We always put food out for the birds, seeds and fatballs usually, I'm getting fed up with seeing greedy pigeons eating everything to the detriment of 'proper' birds. One pigeon will eat as much as 20 small birds. What can be done to stop the pigeons (flying rats)? Food is distributed in various ways, bird station, ground feeder, scattered on lawn etc, so one of those covers that keeps pigeons off would only have limited use. Sadly, Mrs R won't let me have a gun otherwise the problem would have been solved long ago.


----------



## Chausson (Oct 17, 2006)

Hi
We have the same issue, I have a BB pistol does not harm them but they take no notice anyway so it's a case of seeing them off when you can. The other thing we have found is that they appear to be on the increase and like you they eat everything and anything.


Ron


----------



## motormouth (Jul 3, 2010)

We never put feed on the ground and sweep up any spillages from the bird table every night. Don't want those walking rats in our garden thanks.
Only way really is to use the covers which only allow smallish birds onto the table.
Our problem is the starlings who consume a huge amount and make such a mess.
Birdwatch weekend coming soon so missus will be taking part.


----------



## pippin (Nov 15, 2007)

_like you they eat everything and anything. _

Are you suggesting that Mr & Mrs Remus eat bird food? :lol:


----------



## peedee (May 10, 2005)

Put everything in hanging bird feeders, it doesn't stop the starlings but does stop the pigeons eating everything. Starlings are not so bad as the pigeons and there aren't so many of them in this area.

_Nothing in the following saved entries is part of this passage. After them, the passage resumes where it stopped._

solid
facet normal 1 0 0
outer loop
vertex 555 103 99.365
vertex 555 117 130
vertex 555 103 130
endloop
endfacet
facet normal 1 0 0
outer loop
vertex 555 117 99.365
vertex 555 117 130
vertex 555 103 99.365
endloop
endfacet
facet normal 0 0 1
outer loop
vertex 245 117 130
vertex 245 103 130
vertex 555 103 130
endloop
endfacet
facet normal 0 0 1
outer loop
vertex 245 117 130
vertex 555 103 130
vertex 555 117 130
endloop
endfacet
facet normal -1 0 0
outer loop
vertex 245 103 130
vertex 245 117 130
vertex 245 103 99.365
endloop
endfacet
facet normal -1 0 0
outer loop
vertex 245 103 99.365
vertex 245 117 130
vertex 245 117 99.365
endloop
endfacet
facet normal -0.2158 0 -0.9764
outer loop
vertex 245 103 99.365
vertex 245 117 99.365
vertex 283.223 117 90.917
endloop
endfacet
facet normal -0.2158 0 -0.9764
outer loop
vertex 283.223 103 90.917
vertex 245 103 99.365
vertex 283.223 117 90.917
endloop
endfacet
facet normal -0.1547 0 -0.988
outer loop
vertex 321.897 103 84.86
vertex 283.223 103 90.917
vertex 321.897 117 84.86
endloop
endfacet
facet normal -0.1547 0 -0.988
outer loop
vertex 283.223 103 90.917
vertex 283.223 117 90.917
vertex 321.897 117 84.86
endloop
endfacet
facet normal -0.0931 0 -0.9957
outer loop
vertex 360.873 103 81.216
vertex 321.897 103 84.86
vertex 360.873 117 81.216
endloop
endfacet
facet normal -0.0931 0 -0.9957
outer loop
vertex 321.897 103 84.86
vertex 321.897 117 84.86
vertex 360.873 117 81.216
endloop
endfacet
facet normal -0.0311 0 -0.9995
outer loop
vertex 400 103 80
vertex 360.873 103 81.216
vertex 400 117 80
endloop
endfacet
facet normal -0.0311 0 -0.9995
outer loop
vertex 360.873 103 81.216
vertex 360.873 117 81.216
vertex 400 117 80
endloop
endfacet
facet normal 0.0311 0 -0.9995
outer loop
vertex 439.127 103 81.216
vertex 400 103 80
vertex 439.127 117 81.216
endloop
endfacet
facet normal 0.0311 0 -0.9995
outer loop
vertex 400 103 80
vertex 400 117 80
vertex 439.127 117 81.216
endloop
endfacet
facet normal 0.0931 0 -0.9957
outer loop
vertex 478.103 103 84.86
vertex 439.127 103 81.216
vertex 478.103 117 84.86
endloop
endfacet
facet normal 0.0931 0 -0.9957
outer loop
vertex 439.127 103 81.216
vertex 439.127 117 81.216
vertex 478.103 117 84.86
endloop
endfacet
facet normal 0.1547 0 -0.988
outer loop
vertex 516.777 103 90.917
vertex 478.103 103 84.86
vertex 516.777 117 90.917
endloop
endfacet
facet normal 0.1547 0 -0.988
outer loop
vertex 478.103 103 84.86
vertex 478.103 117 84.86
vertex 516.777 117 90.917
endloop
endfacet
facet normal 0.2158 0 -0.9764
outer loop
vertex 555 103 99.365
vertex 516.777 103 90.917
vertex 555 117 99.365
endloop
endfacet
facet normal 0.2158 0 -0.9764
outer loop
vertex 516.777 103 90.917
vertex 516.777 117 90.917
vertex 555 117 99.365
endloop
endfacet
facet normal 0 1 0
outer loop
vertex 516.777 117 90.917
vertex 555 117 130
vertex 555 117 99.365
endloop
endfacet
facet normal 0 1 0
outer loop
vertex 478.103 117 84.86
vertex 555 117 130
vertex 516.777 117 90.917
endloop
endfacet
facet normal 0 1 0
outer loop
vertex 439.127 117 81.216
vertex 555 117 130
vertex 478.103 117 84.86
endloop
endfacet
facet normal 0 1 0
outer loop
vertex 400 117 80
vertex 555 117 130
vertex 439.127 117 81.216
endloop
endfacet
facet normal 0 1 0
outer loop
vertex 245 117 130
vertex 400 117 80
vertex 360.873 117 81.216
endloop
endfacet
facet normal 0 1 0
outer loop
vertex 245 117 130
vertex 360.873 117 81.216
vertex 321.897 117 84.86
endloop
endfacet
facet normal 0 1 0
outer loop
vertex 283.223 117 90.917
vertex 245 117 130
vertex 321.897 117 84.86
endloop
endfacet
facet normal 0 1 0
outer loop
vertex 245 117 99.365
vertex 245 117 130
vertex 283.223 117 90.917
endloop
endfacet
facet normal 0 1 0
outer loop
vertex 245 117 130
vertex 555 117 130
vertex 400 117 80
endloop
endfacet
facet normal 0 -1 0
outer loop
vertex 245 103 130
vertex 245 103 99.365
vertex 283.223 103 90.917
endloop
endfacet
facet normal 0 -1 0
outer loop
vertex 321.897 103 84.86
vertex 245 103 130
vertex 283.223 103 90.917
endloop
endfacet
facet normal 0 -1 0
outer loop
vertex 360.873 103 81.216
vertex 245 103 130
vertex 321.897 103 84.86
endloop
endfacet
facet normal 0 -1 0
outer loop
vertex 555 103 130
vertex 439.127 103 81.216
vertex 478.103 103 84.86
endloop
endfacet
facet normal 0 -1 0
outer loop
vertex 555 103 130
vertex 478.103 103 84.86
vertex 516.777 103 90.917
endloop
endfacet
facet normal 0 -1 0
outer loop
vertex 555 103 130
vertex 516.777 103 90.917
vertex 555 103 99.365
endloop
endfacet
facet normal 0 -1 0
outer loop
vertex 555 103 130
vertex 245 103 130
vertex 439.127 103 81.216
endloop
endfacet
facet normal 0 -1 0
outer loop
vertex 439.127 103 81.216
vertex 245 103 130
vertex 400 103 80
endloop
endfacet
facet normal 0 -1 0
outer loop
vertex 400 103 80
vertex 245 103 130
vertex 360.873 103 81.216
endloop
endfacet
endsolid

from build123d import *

# Parameters (mm, degrees)
CYLINDER002_R          = 630
CYLINDER002_DEPTH      = 15
CYLINDER002_ROLL_ANGLE = 90
BOX025_W               = 50
BOX025_H               = 15
BOX025_DEPTH           = 310
BOX025_PITCH_ANGLE     = 90


with BuildPart() as rundung_antriebskulisse:
    # Cylinder002 → Cylinder002 (new body)
    with BuildSketch(Plane.XY):
        Circle(CYLINDER002_R)
    extrude(amount=CYLINDER002_DEPTH)


with BuildPart() as rundung_antriebskulisse_1:
    # Cylinder002 roll: moved
    add(rundung_antriebskulisse.part.rotate(Axis((0, 0, 0), (1, 0, 0)), CYLINDER002_ROLL_ANGLE))


with BuildPart() as rundung_antriebskulisse_2:
    # Cylinder002 placement: moved
    add(rundung_antriebskulisse_1.part.moved(Location((400, 118, 710))))


with BuildPart() as antriebskulisse:
    # Box025 → Box025 (new body)
    with BuildSketch(Plane.XY):
        with Locations((25, 7.5)):
            Rectangle(BOX025_W, BOX025_H)
    extrude(amount=BOX025_DEPTH)


with BuildPart() as antriebskulisse_1:
    # Box025 pitch: moved
    add(antriebskulisse.part.rotate(Axis((0, 0, 0), (0, 1, 0)), BOX025_PITCH_ANGLE))


with BuildPart() as antriebskulisse_2:
    # Box025 placement: moved
    add(antriebskulisse_1.part.moved(Location((245, 102, 130))))

    # Common: intersect Rundung_Antriebskulisse
    add(rundung_antriebskulisse_2.part, mode=Mode.INTERSECT)


solid = antriebskulisse_2.part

Just had a flock of fieldfare descend on the garden and strip the remaining holly berries off the bushes. They come every year and that is all they ever feed on. Once the berries have gone you never see them again

peedee


----------



## tonyt (May 25, 2005)

We have a similar problem.

We have a small, roofed bird table and I boxed in all 4 sides with small guage mesh wire, cutting a small opening for the smaller birds to get inside.

Works a treat for the small birds once they get used to it - frustrates the nuts off the pigeons!


----------